## Stored data entries
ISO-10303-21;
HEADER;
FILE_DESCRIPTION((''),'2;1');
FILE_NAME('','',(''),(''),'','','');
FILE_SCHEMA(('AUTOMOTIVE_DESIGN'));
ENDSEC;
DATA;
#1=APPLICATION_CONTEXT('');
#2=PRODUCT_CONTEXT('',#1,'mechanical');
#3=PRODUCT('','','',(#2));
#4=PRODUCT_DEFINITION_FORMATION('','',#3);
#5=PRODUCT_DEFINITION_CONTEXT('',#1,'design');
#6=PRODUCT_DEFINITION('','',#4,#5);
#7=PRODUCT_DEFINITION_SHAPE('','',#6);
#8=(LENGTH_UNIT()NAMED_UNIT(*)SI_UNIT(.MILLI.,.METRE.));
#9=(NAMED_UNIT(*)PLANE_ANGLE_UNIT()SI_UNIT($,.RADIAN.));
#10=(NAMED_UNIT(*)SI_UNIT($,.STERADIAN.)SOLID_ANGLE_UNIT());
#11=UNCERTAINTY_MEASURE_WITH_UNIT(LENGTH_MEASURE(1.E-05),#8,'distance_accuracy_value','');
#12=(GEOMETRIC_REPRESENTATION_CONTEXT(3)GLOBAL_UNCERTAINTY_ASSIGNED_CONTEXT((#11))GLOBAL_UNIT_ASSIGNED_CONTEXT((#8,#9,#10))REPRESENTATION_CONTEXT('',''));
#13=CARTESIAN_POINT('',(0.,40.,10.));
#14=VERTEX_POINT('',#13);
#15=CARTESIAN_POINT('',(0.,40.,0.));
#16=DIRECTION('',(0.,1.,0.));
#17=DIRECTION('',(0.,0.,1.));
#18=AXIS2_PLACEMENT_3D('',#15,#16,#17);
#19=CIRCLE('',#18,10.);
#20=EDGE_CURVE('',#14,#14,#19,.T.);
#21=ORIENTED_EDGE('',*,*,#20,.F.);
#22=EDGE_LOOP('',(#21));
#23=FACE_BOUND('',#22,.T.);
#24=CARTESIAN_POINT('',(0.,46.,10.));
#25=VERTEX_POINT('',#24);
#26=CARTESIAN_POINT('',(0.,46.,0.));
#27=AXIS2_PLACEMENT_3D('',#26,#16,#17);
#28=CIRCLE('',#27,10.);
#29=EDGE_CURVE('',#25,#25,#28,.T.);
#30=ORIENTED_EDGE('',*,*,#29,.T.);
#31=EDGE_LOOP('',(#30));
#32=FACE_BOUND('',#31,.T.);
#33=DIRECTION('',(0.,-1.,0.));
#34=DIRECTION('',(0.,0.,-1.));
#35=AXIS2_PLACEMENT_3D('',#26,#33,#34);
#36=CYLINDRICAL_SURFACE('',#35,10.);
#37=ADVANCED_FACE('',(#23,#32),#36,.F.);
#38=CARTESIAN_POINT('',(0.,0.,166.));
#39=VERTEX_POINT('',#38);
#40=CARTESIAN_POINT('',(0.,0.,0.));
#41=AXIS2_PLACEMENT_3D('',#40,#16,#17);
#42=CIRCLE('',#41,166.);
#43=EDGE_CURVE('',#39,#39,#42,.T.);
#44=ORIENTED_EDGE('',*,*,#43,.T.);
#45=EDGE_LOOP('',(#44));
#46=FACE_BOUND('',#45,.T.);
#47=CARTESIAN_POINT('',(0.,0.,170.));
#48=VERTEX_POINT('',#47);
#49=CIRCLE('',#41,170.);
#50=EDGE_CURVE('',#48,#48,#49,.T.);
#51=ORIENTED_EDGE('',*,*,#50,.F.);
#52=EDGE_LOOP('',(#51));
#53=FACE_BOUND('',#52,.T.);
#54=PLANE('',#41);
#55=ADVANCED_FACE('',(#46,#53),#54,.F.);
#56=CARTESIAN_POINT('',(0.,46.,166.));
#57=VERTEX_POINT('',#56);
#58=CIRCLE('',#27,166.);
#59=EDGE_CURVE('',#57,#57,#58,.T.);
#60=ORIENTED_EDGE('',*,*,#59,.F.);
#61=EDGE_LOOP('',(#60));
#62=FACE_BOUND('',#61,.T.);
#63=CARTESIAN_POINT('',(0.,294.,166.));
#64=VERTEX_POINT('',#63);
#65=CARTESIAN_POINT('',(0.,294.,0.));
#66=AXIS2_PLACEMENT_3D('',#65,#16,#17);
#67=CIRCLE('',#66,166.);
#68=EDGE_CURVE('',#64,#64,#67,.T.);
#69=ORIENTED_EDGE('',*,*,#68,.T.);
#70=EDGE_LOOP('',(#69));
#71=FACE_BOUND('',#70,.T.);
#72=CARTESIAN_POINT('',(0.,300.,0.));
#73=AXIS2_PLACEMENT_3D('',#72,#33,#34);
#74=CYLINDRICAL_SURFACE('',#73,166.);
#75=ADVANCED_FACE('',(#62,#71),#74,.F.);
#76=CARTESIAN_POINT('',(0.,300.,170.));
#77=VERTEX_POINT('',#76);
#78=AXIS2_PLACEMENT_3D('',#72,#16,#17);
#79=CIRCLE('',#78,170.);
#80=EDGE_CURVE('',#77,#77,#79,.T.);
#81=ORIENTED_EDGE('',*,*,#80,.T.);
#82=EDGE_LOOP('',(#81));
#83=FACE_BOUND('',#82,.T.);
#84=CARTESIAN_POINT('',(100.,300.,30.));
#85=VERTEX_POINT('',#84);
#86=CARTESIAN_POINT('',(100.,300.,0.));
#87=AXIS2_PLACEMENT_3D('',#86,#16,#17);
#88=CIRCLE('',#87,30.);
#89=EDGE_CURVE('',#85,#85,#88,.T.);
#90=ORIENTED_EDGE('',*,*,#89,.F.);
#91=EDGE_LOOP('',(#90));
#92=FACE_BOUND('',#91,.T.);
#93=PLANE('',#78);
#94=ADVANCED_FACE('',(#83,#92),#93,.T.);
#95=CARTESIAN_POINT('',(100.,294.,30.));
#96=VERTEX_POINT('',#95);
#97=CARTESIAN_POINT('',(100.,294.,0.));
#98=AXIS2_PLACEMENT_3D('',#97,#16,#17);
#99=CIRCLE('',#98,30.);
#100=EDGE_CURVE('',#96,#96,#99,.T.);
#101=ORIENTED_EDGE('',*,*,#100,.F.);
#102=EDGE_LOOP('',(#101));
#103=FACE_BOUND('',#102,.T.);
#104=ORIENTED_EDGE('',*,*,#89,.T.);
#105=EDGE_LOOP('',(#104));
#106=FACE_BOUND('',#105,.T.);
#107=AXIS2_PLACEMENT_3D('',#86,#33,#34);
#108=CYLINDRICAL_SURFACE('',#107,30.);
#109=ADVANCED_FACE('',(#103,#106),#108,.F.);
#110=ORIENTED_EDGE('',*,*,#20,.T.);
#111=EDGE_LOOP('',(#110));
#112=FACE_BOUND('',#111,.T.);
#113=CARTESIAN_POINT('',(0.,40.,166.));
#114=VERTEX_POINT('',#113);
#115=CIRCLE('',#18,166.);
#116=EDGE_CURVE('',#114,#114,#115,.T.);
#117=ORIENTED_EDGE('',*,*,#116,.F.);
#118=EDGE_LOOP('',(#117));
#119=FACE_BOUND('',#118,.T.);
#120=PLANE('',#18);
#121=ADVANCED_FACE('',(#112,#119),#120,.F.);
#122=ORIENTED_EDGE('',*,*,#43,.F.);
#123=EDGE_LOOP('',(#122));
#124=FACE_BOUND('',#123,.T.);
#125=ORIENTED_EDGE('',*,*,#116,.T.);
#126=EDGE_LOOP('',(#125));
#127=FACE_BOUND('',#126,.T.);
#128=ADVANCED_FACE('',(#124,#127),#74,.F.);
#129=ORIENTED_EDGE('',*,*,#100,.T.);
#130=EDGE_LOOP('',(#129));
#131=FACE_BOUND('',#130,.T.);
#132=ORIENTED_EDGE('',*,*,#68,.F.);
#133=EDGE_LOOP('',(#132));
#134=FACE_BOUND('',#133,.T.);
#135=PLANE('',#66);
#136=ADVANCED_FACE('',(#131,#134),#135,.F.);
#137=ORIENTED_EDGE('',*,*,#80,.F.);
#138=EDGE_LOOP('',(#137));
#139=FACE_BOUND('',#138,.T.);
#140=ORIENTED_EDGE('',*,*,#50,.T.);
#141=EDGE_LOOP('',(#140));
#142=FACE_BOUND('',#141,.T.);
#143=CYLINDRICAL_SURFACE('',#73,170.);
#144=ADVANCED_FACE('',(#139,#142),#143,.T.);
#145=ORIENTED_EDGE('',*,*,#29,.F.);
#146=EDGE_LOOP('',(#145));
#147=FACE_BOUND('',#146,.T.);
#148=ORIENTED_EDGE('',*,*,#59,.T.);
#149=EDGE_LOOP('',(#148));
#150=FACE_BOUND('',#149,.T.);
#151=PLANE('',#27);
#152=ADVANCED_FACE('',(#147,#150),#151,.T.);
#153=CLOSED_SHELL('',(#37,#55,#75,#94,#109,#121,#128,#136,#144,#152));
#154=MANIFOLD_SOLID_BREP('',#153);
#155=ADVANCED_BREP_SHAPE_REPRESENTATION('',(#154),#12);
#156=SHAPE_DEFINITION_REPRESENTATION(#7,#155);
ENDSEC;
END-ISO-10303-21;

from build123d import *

# Parameters (mm, degrees)
RESERVOIR_WALL_SKETCH_R    = 170
RESERVOIR_WALL_SKETCH_R_2  = 166
RESERVOIR_WALL_SKIRT_DEPTH = 300
RESERVOIR_START            = 40
RESERVOIR_FLOOR_SKETCH_R   = 170
RESERVOIR_FLOOR_SKETCH_R_2 = 10
RESERVOIR_FLOOR_DEPTH      = 6
SEALED_START               = 294
SEALED_LID_SKETCH_R        = 170
SEALED_LID_SKETCH_R_2      = 30
SEALED_LID_DEPTH           = 6


with BuildPart() as part:
    # Reservoir Wall Sketch → Reservoir Wall + Skirt (new body)
    with BuildSketch(Plane(origin=(0, 0, 0), x_dir=(1, 0, 0), z_dir=(0, 1, 0))):
        with Locations(Location((0, 0, 0), (0, 0, 270))):
            Circle(RESERVOIR_WALL_SKETCH_R)
        with Locations(Location((0, 0, 0), (0, 0, 270))):
            Circle(RESERVOIR_WALL_SKETCH_R_2, mode=Mode.SUBTRACT)
    extrude(amount=RESERVOIR_WALL_SKIRT_DEPTH)

    # Reservoir Floor Sketch → Reservoir Floor (add)
    with BuildSketch(Plane(origin=(0, 0, 0), x_dir=(1, 0, 0), z_dir=(0, 1, 0)).offset(RESERVOIR_START)):
        with Locations(Location((0, 0, 0), (0, 0, 270))):
            Circle(RESERVOIR_FLOOR_SKETCH_R)
        with Locations(Location((0, 0, 0), (0, 0, 270))):
            Circle(RESERVOIR_FLOOR_SKETCH_R_2, mode=Mode.SUBTRACT)
    extrude(amount=RESERVOIR_FLOOR_DEPTH)

    # Sealed Lid Sketch → Sealed Lid (add)
    with BuildSketch(Plane(origin=(0, 0, 0), x_dir=(1, 0, 0), z_dir=(0, 1, 0)).offset(SEALED_START)):
        with Locations(Location((0, 0, 0), (0, 0, 270))):
            Circle(SEALED_LID_SKETCH_R)
        with Locations(Location((100, 0, 0), (0, 0, 270))):
            Circle(SEALED_LID_SKETCH_R_2, mode=Mode.SUBTRACT)
    extrude(amount=SEALED_LID_DEPTH)


solid = part.part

## EXERCISE DESCRIPTION
Please return the lines above that run from the line containing "#21=ORIENTED_EDGE('',*,*,#20,.F.);" to the line containing "#34=DIRECTION('',(0.,0.,-1.));", inclusive, exactly and with no other lines.

## EXPECTED OUTPUT
#21=ORIENTED_EDGE('',*,*,#20,.F.);
#22=EDGE_LOOP('',(#21));
#23=FACE_BOUND('',#22,.T.);
#24=CARTESIAN_POINT('',(0.,46.,10.));
#25=VERTEX_POINT('',#24);
#26=CARTESIAN_POINT('',(0.,46.,0.));
#27=AXIS2_PLACEMENT_3D('',#26,#16,#17);
#28=CIRCLE('',#27,10.);
#29=EDGE_CURVE('',#25,#25,#28,.T.);
#30=ORIENTED_EDGE('',*,*,#29,.T.);
#31=EDGE_LOOP('',(#30));
#32=FACE_BOUND('',#31,.T.);
#33=DIRECTION('',(0.,-1.,0.));
#34=DIRECTION('',(0.,0.,-1.));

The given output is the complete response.